Task brief:
When you reach the line containing "v -99.4 -6 0" in the data below, begin returning lines exactly as written, and stop once the line containing "v -98.315 5.4 -5.556" has been returned.
### Data for analysis ###
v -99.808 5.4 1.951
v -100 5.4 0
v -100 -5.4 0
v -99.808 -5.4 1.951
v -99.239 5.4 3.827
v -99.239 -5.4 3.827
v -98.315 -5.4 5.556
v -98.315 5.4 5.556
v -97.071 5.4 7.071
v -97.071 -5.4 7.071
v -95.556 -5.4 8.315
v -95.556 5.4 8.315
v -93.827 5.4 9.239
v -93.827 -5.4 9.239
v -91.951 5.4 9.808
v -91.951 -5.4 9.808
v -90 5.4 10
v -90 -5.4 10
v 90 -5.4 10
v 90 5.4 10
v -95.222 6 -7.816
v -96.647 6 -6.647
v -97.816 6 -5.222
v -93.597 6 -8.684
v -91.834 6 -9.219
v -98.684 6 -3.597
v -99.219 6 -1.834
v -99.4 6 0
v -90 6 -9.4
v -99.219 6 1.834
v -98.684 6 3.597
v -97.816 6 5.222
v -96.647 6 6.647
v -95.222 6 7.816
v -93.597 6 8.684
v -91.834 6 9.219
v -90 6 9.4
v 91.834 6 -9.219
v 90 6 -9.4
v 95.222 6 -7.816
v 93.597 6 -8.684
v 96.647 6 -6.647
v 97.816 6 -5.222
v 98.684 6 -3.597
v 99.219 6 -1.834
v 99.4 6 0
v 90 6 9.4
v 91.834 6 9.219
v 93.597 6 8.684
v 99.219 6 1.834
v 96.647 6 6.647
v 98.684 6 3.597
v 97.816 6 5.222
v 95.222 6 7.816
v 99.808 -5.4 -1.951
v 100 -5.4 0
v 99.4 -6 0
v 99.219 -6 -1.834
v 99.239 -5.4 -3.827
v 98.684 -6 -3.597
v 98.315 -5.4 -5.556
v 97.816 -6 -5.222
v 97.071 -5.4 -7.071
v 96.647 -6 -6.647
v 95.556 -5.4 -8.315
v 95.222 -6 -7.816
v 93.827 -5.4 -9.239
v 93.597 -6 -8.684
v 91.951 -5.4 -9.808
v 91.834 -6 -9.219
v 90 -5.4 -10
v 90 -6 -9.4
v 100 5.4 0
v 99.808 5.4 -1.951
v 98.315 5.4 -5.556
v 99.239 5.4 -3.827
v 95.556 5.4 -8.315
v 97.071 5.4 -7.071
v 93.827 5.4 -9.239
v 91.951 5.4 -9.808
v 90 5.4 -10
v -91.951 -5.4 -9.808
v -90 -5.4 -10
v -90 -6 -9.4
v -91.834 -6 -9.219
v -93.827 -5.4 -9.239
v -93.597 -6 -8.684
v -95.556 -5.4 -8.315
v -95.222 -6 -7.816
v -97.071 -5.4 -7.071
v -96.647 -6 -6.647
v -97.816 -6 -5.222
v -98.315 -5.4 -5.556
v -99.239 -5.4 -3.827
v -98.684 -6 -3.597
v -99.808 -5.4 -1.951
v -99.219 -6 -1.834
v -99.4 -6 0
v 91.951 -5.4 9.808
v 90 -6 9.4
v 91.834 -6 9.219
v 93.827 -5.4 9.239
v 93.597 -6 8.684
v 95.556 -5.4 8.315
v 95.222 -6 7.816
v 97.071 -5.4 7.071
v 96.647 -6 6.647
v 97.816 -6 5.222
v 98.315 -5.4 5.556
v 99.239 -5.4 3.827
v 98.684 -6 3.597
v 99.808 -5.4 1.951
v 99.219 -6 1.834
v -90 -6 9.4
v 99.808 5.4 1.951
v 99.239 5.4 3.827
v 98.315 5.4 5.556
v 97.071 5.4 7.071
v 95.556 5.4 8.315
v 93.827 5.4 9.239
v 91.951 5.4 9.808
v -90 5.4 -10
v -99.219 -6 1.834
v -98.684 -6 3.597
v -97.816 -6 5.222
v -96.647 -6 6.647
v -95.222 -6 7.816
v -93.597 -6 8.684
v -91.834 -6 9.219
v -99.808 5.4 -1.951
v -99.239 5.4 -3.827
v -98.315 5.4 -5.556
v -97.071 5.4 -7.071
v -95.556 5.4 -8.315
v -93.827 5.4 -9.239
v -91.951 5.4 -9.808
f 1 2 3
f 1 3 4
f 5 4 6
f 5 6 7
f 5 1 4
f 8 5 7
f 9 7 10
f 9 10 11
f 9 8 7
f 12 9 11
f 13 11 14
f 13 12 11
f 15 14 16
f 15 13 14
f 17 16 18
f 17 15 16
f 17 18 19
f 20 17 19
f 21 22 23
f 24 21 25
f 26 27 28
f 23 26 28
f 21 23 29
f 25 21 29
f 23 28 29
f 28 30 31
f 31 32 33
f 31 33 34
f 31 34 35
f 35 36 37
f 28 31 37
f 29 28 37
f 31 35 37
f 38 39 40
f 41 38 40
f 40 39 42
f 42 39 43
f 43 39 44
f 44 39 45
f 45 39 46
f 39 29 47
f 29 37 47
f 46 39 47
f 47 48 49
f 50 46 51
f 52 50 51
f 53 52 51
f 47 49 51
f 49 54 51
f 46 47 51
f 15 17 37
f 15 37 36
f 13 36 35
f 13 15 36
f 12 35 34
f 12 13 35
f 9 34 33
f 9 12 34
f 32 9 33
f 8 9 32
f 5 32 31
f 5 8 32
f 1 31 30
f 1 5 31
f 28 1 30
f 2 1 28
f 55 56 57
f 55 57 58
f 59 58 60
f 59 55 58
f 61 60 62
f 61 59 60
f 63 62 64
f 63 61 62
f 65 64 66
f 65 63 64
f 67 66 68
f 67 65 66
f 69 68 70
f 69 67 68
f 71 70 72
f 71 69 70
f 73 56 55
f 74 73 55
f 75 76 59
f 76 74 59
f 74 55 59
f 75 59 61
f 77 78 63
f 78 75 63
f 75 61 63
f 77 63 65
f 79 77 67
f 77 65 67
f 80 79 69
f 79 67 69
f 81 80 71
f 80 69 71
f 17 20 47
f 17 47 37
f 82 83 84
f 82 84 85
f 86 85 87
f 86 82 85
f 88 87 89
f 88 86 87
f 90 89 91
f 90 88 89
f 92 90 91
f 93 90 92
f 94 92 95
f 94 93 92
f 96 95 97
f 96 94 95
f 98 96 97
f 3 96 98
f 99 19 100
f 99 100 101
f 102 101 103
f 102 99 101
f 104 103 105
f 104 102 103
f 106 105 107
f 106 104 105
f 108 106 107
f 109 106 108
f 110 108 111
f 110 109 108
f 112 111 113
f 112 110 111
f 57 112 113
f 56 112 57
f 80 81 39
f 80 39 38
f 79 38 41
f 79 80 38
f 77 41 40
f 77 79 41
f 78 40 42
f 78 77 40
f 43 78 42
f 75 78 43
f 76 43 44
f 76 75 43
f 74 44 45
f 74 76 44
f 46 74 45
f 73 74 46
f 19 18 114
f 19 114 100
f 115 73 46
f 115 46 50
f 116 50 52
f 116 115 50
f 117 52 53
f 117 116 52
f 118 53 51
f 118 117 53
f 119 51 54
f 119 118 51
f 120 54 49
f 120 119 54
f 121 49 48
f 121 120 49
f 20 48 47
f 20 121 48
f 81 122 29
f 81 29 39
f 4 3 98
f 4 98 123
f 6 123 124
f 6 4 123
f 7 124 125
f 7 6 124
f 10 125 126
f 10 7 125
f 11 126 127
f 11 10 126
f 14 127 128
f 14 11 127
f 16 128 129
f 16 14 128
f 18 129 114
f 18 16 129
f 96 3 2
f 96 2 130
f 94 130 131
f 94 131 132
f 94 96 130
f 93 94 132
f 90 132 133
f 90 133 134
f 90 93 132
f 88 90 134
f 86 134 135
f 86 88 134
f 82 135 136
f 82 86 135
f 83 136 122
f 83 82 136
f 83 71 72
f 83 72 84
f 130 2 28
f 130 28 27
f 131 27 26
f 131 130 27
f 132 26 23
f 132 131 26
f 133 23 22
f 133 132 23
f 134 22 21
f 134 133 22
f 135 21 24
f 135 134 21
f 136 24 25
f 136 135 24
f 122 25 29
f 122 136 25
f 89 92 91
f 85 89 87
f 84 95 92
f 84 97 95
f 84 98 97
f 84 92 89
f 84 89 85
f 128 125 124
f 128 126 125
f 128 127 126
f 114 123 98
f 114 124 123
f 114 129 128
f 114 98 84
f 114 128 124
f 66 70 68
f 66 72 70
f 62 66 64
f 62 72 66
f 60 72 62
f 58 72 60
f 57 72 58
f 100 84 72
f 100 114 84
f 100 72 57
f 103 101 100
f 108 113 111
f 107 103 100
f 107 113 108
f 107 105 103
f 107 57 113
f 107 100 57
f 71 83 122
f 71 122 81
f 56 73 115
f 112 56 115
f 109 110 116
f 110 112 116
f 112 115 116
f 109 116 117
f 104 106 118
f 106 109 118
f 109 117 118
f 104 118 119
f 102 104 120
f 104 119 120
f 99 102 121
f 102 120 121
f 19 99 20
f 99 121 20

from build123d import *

# Parameters (mm, degrees)
F0_W     = 200
F0_H     = 20
F1_DEPTH = 6
F2_R     = 9.99999
F3_SIZE  = 0.6


# Not quite as in the source:
# - a fillet or chamfer is up to 0.001 mm smaller than in the source, because OpenCascade refuses the exact size


with BuildPart() as f1:
    # F0 (on Front) → F1 (new body, symmetric)
    with BuildSketch(Plane.XZ):
        Rectangle(F0_W, F0_H)
    extrude(amount=F1_DEPTH, both=True)

    # F2 (radius 10 in the source; OpenCascade refuses exactly that, so slightly less here)
    f2_edges = [f1.edges().sort_by_distance(p)[0] for p in [
        (100, 0, -10),
        (100, 0, 10),
        (-100, 0, -10),
        (-100, 0, 10),
    ]]
    fillet(f2_edges, radius=F2_R)

    # F3
    f3_edges = [f1.edges().sort_by_distance(p)[0] for p in [
        (0, -6, 10),
        (100, -6, 0),
        (97.071071, -6, -7.071071),
        (97.071071, -6, 7.071071),
        (0, -6, -10),
        (-97.071071, -6, -7.071071),
        (-97.071071, -6, 7.071071),
        (-100, -6, 0),
        (100, 6, 0),
        (97.071071, 6, -7.071071),
        (97.071071, 6, 7.071071),
        (0, 6, -10),
        (0, 6, 10),
        (-97.071071, 6, -7.071071),
        (-97.071071, 6, 7.071071),
        (-100, 6, 0),
    ]]
    chamfer(f3_edges, length=F3_SIZE)


solid = f1.part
###
Exercise output:
v -99.4 -6 0
v 91.951 -5.4 9.808
v 90 -6 9.4
v 91.834 -6 9.219
v 93.827 -5.4 9.239
v 93.597 -6 8.684
v 95.556 -5.4 8.315
v 95.222 -6 7.816
v 97.071 -5.4 7.071
v 96.647 -6 6.647
v 97.816 -6 5.222
v 98.315 -5.4 5.556
v 99.239 -5.4 3.827
v 98.684 -6 3.597
v 99.808 -5.4 1.951
v 99.219 -6 1.834
v -90 -6 9.4
v 99.808 5.4 1.951
v 99.239 5.4 3.827
v 98.315 5.4 5.556
v 97.071 5.4 7.071
v 95.556 5.4 8.315
v 93.827 5.4 9.239
v 91.951 5.4 9.808
v -90 5.4 -10
v -99.219 -6 1.834
v -98.684 -6 3.597
v -97.816 -6 5.222
v -96.647 -6 6.647
v -95.222 -6 7.816
v -93.597 -6 8.684
v -91.834 -6 9.219
v -99.808 5.4 -1.951
v -99.239 5.4 -3.827
v -98.315 5.4 -5.556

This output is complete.